▶ [Exercise directions]
Copy word for word, please, the lines of the entries below running from the one containing "f 57 137 138" to the one containing "f 16 152 149", both ends included.
── Provided material
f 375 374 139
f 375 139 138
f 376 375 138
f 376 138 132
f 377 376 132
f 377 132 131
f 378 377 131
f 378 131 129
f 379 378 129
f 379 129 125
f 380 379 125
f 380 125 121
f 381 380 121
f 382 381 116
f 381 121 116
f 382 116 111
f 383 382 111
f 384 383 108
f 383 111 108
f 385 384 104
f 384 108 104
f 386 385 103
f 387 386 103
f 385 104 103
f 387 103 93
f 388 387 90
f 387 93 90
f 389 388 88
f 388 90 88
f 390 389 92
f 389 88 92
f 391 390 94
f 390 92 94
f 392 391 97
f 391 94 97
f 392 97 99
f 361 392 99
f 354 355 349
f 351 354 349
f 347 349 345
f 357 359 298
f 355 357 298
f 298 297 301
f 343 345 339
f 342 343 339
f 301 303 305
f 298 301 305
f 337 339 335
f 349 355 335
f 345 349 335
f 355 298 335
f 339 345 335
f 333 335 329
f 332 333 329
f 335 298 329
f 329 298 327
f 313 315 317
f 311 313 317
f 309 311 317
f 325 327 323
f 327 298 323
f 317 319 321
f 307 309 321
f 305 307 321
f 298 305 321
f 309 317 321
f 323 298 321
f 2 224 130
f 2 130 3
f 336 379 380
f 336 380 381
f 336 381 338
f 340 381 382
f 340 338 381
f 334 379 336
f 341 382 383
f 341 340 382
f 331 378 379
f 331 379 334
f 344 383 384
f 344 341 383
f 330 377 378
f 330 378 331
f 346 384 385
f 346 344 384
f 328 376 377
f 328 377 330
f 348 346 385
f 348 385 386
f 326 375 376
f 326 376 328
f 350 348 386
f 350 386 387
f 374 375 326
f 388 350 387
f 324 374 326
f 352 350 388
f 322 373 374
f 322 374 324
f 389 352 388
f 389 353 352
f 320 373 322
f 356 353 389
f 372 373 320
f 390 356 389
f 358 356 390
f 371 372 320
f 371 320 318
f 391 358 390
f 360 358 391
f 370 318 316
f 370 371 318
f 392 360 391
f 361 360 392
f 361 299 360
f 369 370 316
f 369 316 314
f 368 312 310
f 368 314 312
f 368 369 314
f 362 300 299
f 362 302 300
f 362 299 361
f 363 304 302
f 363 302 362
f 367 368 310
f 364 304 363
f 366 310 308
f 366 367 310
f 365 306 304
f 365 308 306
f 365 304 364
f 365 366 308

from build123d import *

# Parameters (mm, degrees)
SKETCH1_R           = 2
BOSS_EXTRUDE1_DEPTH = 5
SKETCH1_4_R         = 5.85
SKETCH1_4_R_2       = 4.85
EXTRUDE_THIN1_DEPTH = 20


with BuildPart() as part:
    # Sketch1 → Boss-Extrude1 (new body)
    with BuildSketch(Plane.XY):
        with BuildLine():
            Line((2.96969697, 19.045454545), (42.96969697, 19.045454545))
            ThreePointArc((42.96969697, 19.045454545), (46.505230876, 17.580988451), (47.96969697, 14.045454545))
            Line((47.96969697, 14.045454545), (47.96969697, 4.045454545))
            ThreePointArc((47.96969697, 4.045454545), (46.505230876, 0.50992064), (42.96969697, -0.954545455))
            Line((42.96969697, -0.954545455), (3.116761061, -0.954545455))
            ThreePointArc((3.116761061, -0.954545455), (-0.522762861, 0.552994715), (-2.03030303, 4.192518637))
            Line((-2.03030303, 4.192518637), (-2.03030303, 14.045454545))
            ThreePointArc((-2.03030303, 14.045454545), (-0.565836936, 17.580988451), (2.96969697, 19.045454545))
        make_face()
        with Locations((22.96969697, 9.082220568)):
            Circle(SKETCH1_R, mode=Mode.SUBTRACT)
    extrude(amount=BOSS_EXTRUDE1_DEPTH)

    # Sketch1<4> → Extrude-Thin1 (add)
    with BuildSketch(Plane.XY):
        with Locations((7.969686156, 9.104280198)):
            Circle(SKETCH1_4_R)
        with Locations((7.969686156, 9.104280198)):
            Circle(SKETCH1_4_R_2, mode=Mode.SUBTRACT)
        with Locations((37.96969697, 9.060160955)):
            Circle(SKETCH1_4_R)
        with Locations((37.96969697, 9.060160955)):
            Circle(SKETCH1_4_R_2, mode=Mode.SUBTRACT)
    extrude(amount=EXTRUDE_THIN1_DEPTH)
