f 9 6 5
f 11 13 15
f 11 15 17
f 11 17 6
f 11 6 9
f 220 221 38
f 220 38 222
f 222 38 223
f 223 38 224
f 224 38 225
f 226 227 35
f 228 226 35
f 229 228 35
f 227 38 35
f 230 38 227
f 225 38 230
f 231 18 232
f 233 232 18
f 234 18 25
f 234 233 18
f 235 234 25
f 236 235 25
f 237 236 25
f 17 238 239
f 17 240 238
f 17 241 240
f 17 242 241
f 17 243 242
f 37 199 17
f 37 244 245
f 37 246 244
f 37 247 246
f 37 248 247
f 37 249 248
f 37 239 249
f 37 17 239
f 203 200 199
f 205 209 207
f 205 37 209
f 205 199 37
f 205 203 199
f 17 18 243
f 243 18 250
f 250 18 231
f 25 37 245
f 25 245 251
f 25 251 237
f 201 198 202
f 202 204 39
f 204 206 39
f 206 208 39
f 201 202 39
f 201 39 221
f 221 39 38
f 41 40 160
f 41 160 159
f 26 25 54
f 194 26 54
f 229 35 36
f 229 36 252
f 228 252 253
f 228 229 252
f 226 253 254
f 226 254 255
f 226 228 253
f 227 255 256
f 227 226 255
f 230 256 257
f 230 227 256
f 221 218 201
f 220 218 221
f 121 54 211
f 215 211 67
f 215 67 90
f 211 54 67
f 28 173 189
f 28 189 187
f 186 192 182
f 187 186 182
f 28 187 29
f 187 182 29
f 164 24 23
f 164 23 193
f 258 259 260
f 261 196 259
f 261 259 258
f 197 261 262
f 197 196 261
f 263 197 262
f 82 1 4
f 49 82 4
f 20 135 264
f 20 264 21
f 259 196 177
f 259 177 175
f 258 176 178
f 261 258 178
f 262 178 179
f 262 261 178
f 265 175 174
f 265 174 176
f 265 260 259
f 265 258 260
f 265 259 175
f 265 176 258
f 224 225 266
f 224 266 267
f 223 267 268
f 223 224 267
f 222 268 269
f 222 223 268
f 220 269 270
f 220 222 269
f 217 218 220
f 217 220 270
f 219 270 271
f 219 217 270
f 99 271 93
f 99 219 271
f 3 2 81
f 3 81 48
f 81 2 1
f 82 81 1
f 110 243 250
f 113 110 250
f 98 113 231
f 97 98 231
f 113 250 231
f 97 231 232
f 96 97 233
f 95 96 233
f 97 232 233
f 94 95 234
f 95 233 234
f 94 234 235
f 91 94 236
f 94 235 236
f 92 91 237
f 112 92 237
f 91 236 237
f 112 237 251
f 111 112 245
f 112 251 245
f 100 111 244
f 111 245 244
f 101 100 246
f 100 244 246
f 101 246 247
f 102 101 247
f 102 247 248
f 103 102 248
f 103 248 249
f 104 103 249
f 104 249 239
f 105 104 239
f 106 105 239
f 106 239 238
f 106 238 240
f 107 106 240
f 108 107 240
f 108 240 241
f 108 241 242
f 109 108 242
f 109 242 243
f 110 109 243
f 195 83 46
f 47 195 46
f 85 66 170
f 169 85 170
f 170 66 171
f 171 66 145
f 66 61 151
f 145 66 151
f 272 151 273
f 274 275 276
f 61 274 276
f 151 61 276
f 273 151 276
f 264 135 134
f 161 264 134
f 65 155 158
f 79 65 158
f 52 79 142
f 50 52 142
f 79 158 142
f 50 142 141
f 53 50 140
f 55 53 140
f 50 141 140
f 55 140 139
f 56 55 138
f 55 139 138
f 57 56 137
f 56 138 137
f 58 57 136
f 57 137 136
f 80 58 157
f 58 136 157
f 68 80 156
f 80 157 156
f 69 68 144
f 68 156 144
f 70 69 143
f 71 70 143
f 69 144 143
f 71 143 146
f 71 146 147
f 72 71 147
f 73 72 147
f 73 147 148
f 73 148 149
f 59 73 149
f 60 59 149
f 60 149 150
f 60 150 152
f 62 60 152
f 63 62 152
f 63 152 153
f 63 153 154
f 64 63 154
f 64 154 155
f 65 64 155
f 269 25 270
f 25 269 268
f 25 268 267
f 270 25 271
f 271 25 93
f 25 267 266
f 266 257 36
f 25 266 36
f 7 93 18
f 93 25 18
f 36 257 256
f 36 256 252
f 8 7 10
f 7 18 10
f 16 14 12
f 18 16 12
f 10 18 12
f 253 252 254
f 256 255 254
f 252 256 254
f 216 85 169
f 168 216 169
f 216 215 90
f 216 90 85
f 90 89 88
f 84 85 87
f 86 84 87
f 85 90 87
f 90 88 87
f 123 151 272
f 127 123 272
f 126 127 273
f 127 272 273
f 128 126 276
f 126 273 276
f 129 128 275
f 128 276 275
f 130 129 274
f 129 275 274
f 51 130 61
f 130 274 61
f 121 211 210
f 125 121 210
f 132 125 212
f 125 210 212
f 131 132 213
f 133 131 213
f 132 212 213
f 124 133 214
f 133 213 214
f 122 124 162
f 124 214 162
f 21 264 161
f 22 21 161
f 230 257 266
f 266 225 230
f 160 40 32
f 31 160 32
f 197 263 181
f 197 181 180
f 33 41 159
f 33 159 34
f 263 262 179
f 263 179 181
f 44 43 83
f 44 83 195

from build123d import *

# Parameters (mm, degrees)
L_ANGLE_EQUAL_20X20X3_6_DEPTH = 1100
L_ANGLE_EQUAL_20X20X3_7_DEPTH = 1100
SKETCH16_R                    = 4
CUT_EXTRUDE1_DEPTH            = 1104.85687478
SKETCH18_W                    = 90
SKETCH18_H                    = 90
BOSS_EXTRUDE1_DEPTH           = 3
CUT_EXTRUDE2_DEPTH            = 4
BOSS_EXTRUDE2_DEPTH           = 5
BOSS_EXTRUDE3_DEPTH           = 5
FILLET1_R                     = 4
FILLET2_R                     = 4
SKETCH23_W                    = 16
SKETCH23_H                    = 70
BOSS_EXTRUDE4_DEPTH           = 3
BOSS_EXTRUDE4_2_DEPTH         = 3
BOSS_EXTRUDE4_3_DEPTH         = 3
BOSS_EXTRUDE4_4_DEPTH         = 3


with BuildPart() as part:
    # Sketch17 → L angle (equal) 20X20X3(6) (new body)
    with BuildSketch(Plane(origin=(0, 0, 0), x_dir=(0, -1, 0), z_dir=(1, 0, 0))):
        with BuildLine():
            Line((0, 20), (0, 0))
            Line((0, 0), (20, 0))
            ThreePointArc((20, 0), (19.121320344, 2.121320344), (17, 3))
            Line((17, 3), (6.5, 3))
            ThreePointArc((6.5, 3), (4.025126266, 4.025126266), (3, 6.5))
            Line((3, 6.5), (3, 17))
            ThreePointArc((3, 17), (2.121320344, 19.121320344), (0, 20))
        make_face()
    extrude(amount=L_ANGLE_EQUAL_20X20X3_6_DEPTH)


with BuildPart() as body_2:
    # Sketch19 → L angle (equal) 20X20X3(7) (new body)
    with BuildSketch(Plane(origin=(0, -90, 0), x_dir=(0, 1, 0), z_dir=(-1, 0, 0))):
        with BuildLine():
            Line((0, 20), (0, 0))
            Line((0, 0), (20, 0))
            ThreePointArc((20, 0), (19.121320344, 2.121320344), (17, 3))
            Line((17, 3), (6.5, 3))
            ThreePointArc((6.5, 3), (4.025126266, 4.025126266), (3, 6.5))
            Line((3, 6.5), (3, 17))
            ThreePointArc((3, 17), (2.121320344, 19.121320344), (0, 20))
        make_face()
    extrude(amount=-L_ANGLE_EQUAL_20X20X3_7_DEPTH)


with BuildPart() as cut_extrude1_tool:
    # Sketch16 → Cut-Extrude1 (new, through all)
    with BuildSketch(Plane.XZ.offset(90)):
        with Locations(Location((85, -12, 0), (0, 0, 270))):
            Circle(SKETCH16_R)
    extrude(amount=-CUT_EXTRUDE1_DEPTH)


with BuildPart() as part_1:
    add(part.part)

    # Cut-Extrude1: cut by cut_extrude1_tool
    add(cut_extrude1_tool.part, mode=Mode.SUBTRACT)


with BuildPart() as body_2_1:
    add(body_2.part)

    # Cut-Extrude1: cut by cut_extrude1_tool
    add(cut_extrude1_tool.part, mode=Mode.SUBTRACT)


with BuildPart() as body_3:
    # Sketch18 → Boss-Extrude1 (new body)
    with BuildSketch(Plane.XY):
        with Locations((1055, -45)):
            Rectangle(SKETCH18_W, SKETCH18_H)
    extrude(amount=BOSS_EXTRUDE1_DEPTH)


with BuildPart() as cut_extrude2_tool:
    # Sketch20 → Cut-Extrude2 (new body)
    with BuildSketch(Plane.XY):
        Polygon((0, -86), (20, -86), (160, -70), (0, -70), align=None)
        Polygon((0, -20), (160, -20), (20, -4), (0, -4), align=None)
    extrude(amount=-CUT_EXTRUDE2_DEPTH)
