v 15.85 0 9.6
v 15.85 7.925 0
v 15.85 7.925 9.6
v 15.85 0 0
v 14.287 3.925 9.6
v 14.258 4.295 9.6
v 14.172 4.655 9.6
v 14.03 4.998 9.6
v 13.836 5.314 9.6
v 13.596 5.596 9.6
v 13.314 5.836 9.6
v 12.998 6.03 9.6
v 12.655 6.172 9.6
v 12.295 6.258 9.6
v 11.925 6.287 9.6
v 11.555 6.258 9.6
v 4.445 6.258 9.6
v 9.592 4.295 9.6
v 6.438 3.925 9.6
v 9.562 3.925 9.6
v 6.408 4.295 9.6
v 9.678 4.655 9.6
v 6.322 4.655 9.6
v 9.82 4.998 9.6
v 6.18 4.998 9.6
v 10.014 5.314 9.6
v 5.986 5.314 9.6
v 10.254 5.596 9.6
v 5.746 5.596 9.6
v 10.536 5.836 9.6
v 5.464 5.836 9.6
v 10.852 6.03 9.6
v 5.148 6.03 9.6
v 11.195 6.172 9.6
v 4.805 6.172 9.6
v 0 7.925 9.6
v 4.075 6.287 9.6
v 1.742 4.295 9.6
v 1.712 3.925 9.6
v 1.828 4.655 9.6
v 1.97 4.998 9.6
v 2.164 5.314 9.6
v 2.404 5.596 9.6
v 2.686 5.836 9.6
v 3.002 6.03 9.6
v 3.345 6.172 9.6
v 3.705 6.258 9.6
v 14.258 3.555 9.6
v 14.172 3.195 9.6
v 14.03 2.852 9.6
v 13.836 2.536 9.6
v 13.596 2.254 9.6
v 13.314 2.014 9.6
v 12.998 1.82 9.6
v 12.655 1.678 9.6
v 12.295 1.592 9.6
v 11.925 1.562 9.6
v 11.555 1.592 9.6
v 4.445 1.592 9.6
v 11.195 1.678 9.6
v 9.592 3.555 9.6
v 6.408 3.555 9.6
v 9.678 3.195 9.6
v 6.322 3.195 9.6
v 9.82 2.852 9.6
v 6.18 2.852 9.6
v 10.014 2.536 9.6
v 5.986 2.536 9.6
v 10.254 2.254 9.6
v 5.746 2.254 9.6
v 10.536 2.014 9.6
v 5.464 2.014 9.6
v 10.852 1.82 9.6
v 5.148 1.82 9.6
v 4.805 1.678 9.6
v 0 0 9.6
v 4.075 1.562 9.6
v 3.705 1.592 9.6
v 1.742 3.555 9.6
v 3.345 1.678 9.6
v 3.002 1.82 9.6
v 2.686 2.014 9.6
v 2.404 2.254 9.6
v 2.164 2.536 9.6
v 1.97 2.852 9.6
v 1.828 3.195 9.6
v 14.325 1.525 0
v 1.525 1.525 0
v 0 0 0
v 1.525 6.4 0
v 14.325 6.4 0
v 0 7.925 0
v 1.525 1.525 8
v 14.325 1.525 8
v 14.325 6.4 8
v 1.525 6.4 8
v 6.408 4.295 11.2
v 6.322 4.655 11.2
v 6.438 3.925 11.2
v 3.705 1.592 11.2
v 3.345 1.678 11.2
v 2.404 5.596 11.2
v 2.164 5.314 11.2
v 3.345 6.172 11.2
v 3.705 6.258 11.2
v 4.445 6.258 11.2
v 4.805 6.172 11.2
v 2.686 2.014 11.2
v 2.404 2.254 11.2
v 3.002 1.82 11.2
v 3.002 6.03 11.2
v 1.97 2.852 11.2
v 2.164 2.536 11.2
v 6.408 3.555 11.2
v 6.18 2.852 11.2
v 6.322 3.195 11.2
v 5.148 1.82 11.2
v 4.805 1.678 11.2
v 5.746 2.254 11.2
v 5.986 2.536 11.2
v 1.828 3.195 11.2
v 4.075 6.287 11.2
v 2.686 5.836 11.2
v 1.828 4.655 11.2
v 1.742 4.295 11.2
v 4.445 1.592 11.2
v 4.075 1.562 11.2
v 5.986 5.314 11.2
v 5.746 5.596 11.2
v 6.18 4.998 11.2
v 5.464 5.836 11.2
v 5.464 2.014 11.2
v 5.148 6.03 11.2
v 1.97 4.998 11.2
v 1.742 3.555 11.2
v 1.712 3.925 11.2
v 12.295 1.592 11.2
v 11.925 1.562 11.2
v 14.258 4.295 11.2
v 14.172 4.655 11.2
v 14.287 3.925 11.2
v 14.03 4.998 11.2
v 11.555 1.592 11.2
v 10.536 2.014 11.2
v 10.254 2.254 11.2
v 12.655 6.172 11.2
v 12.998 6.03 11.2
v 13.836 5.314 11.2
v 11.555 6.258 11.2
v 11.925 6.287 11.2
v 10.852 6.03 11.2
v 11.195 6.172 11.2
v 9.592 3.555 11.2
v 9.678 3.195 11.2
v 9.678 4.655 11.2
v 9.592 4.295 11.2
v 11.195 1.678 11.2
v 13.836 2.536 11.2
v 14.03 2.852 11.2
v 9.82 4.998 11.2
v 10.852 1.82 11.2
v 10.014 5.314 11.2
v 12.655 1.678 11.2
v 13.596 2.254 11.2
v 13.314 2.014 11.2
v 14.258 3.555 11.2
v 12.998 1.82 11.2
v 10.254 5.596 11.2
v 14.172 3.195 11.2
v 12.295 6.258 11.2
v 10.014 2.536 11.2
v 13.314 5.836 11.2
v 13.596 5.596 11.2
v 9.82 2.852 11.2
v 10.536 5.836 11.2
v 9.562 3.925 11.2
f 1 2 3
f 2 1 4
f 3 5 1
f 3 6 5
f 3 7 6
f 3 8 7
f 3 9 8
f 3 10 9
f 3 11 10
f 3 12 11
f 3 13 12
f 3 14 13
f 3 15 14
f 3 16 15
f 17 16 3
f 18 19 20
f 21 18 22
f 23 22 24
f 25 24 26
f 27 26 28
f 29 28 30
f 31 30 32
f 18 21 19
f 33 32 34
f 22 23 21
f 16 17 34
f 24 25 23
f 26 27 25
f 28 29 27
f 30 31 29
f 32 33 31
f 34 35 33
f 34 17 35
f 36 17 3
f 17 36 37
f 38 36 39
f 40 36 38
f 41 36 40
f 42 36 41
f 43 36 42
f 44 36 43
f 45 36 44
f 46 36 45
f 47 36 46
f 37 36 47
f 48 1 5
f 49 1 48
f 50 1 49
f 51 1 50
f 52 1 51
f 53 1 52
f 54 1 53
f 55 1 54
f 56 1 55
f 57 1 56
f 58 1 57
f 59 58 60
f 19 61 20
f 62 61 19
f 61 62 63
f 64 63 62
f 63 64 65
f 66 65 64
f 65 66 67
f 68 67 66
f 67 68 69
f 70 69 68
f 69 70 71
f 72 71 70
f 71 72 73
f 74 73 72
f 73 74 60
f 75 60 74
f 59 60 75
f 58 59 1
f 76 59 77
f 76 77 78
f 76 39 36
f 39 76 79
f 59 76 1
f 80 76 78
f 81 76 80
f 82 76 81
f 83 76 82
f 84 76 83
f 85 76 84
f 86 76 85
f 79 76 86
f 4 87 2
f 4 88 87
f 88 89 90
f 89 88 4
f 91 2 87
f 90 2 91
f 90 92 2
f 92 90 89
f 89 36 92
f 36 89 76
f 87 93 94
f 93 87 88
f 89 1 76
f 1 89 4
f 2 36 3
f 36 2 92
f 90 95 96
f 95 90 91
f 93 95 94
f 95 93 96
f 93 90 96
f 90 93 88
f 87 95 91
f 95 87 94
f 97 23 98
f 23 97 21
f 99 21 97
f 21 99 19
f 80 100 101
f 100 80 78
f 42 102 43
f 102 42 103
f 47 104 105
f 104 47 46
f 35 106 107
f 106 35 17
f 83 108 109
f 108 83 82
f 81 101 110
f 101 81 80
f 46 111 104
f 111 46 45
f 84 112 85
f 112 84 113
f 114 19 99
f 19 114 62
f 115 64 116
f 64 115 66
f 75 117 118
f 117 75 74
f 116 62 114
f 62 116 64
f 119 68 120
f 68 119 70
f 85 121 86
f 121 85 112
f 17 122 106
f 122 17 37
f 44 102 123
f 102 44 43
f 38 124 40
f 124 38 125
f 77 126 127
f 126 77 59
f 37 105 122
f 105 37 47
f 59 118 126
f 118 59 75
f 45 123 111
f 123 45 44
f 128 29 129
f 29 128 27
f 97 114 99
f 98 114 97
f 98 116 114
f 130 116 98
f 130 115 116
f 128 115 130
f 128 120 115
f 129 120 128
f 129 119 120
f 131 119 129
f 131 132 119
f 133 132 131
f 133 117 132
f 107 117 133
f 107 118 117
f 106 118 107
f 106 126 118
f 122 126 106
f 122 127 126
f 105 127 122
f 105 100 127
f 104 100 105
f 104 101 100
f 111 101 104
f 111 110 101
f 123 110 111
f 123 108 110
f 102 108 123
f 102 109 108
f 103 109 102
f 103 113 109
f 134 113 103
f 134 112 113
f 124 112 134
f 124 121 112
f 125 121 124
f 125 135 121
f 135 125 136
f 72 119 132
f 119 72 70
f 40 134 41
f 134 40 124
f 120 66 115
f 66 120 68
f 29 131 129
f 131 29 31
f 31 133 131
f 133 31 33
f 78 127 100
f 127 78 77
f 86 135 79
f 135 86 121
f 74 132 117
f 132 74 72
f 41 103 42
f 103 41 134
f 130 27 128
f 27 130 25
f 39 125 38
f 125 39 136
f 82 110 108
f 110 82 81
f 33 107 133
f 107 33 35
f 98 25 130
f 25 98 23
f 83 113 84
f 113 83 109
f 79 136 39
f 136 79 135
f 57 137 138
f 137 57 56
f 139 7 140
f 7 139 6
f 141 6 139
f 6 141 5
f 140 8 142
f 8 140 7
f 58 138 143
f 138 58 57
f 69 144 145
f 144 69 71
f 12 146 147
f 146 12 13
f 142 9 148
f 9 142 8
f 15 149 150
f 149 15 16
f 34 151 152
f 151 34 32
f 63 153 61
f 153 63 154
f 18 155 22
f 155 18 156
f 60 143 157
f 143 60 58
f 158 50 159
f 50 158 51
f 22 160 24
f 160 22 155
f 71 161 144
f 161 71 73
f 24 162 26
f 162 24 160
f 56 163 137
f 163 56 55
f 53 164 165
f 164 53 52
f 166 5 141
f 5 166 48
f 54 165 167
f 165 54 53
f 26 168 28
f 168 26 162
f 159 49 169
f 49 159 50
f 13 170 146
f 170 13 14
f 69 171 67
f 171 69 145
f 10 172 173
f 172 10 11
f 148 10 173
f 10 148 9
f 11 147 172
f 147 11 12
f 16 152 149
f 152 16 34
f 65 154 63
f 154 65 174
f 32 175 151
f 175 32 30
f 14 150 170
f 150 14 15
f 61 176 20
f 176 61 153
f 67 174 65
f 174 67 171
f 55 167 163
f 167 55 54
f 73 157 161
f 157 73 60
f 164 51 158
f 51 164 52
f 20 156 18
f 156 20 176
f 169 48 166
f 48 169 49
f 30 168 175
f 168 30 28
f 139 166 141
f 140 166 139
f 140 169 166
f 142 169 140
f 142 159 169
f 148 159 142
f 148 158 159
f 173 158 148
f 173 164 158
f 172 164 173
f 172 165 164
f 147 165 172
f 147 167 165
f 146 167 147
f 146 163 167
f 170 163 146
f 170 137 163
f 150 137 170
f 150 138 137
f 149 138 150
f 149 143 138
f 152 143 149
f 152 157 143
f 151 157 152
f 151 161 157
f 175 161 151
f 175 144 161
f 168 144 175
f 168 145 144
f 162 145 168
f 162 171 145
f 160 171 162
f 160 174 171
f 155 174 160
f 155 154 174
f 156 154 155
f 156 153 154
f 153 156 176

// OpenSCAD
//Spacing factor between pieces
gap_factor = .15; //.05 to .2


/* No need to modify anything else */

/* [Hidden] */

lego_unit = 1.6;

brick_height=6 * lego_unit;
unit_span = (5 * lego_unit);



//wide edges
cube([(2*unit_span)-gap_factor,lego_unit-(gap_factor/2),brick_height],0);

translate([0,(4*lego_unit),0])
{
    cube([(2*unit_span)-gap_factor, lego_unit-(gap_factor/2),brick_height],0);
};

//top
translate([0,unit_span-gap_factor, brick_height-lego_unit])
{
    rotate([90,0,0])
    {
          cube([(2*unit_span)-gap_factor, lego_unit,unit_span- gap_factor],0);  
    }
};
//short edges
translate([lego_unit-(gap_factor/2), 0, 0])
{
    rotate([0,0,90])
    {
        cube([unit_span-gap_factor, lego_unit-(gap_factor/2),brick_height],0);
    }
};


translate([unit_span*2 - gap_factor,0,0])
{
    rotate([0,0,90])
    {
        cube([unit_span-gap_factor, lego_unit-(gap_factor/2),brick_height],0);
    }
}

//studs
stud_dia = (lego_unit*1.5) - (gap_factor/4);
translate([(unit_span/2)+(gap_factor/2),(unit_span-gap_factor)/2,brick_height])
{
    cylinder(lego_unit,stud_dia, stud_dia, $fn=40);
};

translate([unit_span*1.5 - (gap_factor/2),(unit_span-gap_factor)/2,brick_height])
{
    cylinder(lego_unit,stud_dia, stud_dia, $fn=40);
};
────
▶ [Solved exercise]
f 57 137 138
f 137 57 56
f 139 7 140
f 7 139 6
f 141 6 139
f 6 141 5
f 140 8 142
f 8 140 7
f 58 138 143
f 138 58 57
f 69 144 145
f 144 69 71
f 12 146 147
f 146 12 13
f 142 9 148
f 9 142 8
f 15 149 150
f 149 15 16
f 34 151 152
f 151 34 32
f 63 153 61
f 153 63 154
f 18 155 22
f 155 18 156
f 60 143 157
f 143 60 58
f 158 50 159
f 50 158 51
f 22 160 24
f 160 22 155
f 71 161 144
f 161 71 73
f 24 162 26
f 162 24 160
f 56 163 137
f 163 56 55
f 53 164 165
f 164 53 52
f 166 5 141
f 5 166 48
f 54 165 167
f 165 54 53
f 26 168 28
f 168 26 162
f 159 49 169
f 49 159 50
f 13 170 146
f 170 13 14
f 69 171 67
f 171 69 145
f 10 172 173
f 172 10 11
f 148 10 173
f 10 148 9
f 11 147 172
f 147 11 12
f 16 152 149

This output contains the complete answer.